TASK – A verbatim reproduction of the lines below, from the line containing "ENL_V_MAT_EXTRU_3_DEPTH = 13.55" through the line containing "Line((5.620539516, 92.89098691), (43.900262464, 92.89098691))", both ends included, is the whole required output.

================

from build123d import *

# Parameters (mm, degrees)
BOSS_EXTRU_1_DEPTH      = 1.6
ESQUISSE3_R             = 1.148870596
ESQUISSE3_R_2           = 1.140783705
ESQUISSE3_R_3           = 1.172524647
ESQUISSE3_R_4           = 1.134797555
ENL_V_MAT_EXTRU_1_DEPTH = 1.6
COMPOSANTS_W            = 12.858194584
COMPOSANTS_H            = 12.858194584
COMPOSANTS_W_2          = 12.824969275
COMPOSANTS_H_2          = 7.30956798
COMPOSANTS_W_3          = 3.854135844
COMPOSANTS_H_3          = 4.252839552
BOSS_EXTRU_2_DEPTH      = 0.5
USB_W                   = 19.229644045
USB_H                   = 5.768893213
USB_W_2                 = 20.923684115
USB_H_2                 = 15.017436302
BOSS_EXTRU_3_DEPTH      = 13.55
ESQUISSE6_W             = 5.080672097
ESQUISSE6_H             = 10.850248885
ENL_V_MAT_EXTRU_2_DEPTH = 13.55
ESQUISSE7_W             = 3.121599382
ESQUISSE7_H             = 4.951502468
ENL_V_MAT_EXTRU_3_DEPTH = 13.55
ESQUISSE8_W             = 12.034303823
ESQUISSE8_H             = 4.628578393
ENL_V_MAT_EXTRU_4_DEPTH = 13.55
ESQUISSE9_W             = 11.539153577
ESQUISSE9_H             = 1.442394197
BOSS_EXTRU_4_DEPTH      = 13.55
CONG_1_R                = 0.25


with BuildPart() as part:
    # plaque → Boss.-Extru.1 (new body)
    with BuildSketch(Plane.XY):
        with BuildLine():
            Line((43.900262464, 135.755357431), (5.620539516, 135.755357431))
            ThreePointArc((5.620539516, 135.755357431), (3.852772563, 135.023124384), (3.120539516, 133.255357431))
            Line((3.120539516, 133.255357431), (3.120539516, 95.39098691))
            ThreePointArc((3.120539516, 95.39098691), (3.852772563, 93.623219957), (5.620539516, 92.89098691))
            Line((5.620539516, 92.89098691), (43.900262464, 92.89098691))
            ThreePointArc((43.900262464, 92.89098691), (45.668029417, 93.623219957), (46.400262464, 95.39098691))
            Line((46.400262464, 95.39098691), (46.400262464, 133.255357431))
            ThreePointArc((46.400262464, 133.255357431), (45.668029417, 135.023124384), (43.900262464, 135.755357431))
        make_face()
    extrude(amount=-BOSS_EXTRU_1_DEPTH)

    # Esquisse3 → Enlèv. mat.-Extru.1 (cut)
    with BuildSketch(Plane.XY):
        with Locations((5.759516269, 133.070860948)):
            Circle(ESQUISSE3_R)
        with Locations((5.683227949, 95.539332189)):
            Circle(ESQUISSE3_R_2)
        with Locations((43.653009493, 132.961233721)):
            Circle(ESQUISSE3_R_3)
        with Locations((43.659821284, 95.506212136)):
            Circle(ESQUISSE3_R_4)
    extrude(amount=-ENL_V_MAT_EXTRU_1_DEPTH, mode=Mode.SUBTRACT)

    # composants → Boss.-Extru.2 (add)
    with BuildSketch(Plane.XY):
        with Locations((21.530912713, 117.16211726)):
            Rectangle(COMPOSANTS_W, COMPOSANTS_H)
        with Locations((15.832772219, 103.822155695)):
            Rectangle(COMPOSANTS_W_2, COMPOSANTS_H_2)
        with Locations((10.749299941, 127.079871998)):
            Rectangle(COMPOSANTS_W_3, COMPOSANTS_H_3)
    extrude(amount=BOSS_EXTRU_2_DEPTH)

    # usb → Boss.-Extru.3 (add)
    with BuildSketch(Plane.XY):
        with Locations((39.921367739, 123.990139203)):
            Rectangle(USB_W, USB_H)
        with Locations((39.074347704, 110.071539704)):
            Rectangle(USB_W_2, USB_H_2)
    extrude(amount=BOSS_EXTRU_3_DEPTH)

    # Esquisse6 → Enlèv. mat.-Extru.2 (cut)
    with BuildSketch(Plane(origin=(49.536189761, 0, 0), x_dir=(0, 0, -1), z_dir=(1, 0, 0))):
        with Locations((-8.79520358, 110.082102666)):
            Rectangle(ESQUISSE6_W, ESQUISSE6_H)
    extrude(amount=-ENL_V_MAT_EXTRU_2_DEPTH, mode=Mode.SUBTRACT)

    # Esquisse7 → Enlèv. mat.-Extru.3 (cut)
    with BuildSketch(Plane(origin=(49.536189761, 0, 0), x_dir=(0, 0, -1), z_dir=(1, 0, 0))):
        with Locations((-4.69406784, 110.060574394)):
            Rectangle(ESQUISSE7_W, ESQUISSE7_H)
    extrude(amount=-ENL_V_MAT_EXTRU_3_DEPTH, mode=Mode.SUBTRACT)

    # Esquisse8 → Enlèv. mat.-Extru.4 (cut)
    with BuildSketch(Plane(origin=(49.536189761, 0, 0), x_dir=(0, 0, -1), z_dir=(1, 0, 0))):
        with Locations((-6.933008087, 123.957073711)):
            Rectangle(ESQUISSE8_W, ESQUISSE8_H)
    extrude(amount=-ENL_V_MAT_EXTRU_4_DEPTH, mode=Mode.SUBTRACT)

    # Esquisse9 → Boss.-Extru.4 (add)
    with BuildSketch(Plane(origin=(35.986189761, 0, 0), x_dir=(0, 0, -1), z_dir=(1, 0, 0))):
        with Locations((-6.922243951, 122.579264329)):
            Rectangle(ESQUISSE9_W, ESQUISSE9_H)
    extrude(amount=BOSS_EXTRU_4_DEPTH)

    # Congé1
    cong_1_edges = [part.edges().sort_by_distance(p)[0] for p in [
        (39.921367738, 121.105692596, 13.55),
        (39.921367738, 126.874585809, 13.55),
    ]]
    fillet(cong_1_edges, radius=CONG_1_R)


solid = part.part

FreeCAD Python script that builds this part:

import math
import FreeCAD as App
import Part
import Sketcher
from FreeCAD import Vector
Q = App.Units.Quantity


def edges_at(feature, points):
    """Names of the edges that pass closest to the given points."""
    edges = feature.Shape.Edges
    near = lambda p: min(range(len(edges)), key=lambda i: edges[i].distToShape(Part.Vertex(*p))[0])
    return sorted({f"Edge{near(p) + 1}" for p in points})


def add_polygon(sketch, points):
    """Adds a closed chain of lines whose ends are joined by coincident constraints."""
    first, n = sketch.GeometryCount, len(points)
    for a, b in zip(points, points[1:] + points[:1]):
        sketch.addGeometry(Part.LineSegment(App.Vector(*a, 0), App.Vector(*b, 0)), False)
    for i in range(n):
        sketch.addConstraint(Sketcher.Constraint("Coincident", first + i, 2, first + (i + 1) % n, 1))

doc = App.newDocument("Part")
body = doc.addObject("PartDesign::Body", "Body")

# Sketch on XY plane
sketch1 = body.newObject("Sketcher::SketchObject", "Sketch")
sketch1.AttachmentSupport = (doc.getObject("XY_Plane"), [""])
sketch1.MapMode = "FlatFace"
sketch1.addGeometry([
    Part.LineSegment(Vector(43.9, 135.8, 0), Vector(5.6, 135.8, 0)),  # 0
    Part.ArcOfCircle(Part.Circle(Vector(5.6, 133.3, 0), Vector(0, 0, 1), 2.5), math.radians(90), math.radians(180)),  # 1
    Part.LineSegment(Vector(3.1, 133.3, 0), Vector(3.1, 95.4, 0)),  # 2
    Part.ArcOfCircle(Part.Circle(Vector(5.6, 95.4, 0), Vector(0, 0, 1), 2.5), math.radians(180), math.radians(270)),  # 3
    Part.LineSegment(Vector(5.6, 92.9, 0), Vector(43.9, 92.9, 0)),  # 4
    Part.ArcOfCircle(Part.Circle(Vector(43.9, 95.4, 0), Vector(0, 0, 1), 2.5), math.radians(-90), math.radians(0)),  # 5
    Part.LineSegment(Vector(46.4, 95.4, 0), Vector(46.4, 133.3, 0)),  # 6
    Part.ArcOfCircle(Part.Circle(Vector(43.9, 133.3, 0), Vector(0, 0, 1), 2.5), math.radians(0), math.radians(90)),  # 7
], False)
sketch1.addConstraint([
    Sketcher.Constraint("Tangent", 0, 2, 1, 1),
    Sketcher.Constraint("Tangent", 1, 2, 2, 1),
    Sketcher.Constraint("Tangent", 2, 2, 3, 1),
    Sketcher.Constraint("Tangent", 3, 2, 4, 1),
    Sketcher.Constraint("Tangent", 4, 2, 5, 1),
    Sketcher.Constraint("Tangent", 5, 2, 6, 1),
    Sketcher.Constraint("Tangent", 6, 2, 7, 1),
    Sketcher.Constraint("Tangent", 7, 2, 0, 1),
    Sketcher.Constraint("Horizontal", 0),
    Sketcher.Constraint("Vertical", 2),
    Sketcher.Constraint("Horizontal", 4),
    Sketcher.Constraint("Vertical", 6),
    Sketcher.Constraint("Equal", 1, 3),
    Sketcher.Constraint("Equal", 3, 5),
    Sketcher.Constraint("Equal", 5, 7),
    Sketcher.Constraint("Radius", 1, Q("2.5 mm")),
    Sketcher.Constraint("DistanceY", 2, 2, 2, 1, Q("37.864371 mm")),
    Sketcher.Constraint("DistanceX", 0, 2, 0, 1, Q("38.279723 mm")),
    Sketcher.Constraint("DistanceX", -1, 1, 1, 3, Q("5.62054 mm")),
    Sketcher.Constraint("DistanceY", -1, 1, 1, 3, Q("133.255357 mm")),
])
pad1 = body.newObject("PartDesign::Pad", "Pad")
pad1.Profile = sketch1
pad1.Length = 1.6
pad1.Reversed = True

================

SOLVED PROBLEM –
ENL_V_MAT_EXTRU_3_DEPTH = 13.55
ESQUISSE8_W             = 12.034303823
ESQUISSE8_H             = 4.628578393
ENL_V_MAT_EXTRU_4_DEPTH = 13.55
ESQUISSE9_W             = 11.539153577
ESQUISSE9_H             = 1.442394197
BOSS_EXTRU_4_DEPTH      = 13.55
CONG_1_R                = 0.25


with BuildPart() as part:
    # plaque → Boss.-Extru.1 (new body)
    with BuildSketch(Plane.XY):
        with BuildLine():
            Line((43.900262464, 135.755357431), (5.620539516, 135.755357431))
            ThreePointArc((5.620539516, 135.755357431), (3.852772563, 135.023124384), (3.120539516, 133.255357431))
            Line((3.120539516, 133.255357431), (3.120539516, 95.39098691))
            ThreePointArc((3.120539516, 95.39098691), (3.852772563, 93.623219957), (5.620539516, 92.89098691))
            Line((5.620539516, 92.89098691), (43.900262464, 92.89098691))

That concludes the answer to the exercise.